Exercise goal:
Among the entries below, extract exactly the lines that run from the one with "f 231 226 227" through the one with "f 66 110 63", both ends included.

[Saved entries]
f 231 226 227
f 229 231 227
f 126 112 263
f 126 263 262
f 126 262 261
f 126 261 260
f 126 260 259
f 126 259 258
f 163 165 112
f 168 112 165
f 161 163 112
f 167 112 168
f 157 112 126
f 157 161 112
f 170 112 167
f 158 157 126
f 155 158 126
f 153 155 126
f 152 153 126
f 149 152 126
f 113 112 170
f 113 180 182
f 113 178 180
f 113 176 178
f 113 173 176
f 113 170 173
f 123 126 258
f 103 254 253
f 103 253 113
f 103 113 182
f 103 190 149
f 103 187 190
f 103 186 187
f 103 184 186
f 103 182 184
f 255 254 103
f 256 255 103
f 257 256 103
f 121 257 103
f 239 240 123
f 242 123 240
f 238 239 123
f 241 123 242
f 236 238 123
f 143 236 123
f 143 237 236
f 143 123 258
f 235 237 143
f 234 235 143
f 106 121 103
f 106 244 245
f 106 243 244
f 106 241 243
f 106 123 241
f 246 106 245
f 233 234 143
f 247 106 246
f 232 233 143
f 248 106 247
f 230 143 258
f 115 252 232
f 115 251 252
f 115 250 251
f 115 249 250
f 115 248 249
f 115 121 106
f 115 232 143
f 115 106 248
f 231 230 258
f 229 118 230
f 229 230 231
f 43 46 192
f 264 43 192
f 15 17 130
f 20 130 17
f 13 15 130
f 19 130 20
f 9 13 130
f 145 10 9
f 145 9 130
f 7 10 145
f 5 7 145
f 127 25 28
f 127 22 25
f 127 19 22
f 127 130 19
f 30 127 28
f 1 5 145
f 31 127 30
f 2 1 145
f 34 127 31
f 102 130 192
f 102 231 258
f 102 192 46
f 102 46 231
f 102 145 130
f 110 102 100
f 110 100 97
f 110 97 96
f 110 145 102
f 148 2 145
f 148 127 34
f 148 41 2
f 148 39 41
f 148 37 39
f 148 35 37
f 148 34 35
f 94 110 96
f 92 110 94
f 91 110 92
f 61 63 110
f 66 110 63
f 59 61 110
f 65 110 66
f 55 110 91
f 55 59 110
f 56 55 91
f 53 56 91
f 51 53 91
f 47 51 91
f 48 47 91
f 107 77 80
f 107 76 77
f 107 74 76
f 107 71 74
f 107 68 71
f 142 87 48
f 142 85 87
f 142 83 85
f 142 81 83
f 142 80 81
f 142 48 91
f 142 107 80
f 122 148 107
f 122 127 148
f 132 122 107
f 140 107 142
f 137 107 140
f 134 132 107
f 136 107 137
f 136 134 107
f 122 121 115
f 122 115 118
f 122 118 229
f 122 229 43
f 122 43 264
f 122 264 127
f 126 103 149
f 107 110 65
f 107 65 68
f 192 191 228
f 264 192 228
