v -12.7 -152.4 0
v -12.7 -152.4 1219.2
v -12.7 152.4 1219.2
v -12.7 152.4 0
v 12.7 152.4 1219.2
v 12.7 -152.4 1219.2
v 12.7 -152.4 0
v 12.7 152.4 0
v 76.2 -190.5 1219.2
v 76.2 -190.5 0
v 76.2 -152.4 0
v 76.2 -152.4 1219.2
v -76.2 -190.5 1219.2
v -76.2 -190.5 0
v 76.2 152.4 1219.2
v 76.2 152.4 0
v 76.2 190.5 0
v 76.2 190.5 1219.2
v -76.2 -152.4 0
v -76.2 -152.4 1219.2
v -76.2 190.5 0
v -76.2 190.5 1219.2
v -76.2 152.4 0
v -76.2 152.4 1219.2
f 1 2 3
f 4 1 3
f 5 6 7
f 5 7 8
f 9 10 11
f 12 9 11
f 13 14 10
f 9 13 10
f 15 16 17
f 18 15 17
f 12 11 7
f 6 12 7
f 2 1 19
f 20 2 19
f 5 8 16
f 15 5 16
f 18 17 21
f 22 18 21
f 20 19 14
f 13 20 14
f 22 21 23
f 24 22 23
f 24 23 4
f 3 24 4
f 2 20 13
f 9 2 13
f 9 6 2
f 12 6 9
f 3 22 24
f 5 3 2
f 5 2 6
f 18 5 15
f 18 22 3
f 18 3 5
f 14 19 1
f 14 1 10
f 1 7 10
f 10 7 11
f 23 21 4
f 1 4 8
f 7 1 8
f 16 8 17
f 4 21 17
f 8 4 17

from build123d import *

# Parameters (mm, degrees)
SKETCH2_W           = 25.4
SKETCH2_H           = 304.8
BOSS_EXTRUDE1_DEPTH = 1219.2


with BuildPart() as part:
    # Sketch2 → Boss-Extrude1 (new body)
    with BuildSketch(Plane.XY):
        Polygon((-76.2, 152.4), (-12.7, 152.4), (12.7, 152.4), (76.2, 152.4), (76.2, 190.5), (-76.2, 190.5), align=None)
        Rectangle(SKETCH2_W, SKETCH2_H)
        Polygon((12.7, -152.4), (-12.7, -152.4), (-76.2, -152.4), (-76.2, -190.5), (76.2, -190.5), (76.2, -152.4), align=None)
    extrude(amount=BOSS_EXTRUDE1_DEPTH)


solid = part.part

==

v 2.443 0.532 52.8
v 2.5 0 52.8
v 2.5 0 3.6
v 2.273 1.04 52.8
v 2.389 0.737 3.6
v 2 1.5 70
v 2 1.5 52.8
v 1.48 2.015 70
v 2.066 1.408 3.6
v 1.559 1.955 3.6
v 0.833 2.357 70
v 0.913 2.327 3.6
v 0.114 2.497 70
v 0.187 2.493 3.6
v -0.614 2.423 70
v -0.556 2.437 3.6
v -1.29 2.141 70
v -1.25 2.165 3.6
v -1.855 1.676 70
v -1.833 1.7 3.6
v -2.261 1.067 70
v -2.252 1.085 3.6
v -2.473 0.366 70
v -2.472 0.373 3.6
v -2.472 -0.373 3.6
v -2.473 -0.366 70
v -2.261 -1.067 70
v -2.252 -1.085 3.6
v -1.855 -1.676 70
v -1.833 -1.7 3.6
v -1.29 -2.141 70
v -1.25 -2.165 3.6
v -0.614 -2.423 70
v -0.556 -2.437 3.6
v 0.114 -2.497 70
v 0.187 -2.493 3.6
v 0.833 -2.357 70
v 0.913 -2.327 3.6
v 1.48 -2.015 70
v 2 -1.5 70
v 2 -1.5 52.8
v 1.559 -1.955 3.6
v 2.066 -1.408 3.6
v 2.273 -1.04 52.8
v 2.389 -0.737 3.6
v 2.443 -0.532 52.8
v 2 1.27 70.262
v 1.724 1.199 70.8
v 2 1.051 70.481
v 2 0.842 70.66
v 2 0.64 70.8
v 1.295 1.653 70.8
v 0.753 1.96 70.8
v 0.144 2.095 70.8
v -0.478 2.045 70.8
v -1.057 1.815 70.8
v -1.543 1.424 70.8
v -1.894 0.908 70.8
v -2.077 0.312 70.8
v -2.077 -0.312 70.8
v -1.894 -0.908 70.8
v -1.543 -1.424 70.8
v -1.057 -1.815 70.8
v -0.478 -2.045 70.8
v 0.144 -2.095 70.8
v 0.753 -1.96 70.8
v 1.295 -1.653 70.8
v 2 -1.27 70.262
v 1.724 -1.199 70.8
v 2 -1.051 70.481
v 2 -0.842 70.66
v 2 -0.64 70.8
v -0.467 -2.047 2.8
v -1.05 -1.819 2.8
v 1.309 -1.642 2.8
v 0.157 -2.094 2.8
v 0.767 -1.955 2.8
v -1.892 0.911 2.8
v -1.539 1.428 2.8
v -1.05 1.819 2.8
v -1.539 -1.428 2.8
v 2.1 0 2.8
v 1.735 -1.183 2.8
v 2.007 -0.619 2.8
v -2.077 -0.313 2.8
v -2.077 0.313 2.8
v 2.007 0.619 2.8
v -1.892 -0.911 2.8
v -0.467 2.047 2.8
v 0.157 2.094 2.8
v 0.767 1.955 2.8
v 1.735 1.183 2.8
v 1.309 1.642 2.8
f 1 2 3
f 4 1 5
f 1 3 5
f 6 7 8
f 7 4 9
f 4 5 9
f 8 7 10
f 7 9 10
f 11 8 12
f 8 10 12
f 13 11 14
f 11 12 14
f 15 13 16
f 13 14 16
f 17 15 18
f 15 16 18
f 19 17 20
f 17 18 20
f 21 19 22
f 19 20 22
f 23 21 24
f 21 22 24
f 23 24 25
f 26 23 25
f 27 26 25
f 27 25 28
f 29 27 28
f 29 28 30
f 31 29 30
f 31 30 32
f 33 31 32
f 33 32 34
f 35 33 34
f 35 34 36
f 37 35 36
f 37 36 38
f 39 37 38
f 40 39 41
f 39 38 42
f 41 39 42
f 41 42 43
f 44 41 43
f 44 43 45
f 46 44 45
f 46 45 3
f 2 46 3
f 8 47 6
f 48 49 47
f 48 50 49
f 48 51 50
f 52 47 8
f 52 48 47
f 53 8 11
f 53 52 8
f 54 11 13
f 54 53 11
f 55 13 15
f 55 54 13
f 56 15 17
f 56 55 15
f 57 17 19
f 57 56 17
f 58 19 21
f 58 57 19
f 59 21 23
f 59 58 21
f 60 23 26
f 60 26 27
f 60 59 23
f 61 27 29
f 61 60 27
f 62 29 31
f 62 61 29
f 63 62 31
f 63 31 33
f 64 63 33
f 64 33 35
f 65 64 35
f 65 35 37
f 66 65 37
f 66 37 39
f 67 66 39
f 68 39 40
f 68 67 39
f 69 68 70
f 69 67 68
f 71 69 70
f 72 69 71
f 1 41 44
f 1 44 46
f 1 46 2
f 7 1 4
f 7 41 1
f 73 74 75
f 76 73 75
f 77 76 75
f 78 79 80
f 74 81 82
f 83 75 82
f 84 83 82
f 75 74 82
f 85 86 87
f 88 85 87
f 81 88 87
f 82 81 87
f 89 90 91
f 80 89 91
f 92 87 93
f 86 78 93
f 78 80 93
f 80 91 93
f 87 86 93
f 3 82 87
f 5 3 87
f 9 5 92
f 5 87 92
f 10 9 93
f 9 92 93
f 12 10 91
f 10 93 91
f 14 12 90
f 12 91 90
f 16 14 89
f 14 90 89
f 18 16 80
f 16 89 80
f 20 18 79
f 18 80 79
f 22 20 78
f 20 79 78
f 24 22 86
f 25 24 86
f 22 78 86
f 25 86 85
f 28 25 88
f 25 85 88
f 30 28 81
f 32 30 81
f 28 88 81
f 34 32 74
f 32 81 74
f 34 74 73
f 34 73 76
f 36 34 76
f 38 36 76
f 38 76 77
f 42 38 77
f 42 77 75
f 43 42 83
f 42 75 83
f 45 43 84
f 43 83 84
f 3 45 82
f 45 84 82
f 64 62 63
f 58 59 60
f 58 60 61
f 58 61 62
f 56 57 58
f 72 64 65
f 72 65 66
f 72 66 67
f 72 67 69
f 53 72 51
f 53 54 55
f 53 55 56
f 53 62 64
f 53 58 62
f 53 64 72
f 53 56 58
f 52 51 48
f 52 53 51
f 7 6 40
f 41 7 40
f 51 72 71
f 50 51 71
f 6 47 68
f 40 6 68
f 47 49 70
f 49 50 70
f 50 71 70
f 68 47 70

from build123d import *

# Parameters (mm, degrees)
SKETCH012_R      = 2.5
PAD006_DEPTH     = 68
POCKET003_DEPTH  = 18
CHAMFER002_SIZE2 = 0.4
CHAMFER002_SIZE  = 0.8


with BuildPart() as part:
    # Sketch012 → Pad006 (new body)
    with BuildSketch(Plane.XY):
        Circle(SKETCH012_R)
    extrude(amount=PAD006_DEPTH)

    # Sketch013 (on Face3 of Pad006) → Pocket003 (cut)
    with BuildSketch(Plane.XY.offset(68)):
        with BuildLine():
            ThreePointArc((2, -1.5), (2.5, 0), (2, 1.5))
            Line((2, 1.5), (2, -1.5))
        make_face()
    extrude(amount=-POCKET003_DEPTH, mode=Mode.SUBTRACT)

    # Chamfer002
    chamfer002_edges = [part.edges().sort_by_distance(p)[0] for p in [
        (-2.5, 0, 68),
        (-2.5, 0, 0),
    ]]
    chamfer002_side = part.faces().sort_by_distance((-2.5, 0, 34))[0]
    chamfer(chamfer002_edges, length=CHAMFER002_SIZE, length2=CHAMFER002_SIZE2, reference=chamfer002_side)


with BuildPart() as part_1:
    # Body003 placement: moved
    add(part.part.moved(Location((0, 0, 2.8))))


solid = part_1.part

Solution below:
f 231 226 227
f 229 231 227
f 126 112 263
f 126 263 262
f 126 262 261
f 126 261 260
f 126 260 259
f 126 259 258
f 163 165 112
f 168 112 165
f 161 163 112
f 167 112 168
f 157 112 126
f 157 161 112
f 170 112 167
f 158 157 126
f 155 158 126
f 153 155 126
f 152 153 126
f 149 152 126
f 113 112 170
f 113 180 182
f 113 178 180
f 113 176 178
f 113 173 176
f 113 170 173
f 123 126 258
f 103 254 253
f 103 253 113
f 103 113 182
f 103 190 149
f 103 187 190
f 103 186 187
f 103 184 186
f 103 182 184
f 255 254 103
f 256 255 103
f 257 256 103
f 121 257 103
f 239 240 123
f 242 123 240
f 238 239 123
f 241 123 242
f 236 238 123
f 143 236 123
f 143 237 236
f 143 123 258
f 235 237 143
f 234 235 143
f 106 121 103
f 106 244 245
f 106 243 244
f 106 241 243
f 106 123 241
f 246 106 245
f 233 234 143
f 247 106 246
f 232 233 143
f 248 106 247
f 230 143 258
f 115 252 232
f 115 251 252
f 115 250 251
f 115 249 250
f 115 248 249
f 115 121 106
f 115 232 143
f 115 106 248
f 231 230 258
f 229 118 230
f 229 230 231
f 43 46 192
f 264 43 192
f 15 17 130
f 20 130 17
f 13 15 130
f 19 130 20
f 9 13 130
f 145 10 9
f 145 9 130
f 7 10 145
f 5 7 145
f 127 25 28
f 127 22 25
f 127 19 22
f 127 130 19
f 30 127 28
f 1 5 145
f 31 127 30
f 2 1 145
f 34 127 31
f 102 130 192
f 102 231 258
f 102 192 46
f 102 46 231
f 102 145 130
f 110 102 100
f 110 100 97
f 110 97 96
f 110 145 102
f 148 2 145
f 148 127 34
f 148 41 2
f 148 39 41
f 148 37 39
f 148 35 37
f 148 34 35
f 94 110 96
f 92 110 94
f 91 110 92
f 61 63 110
f 66 110 63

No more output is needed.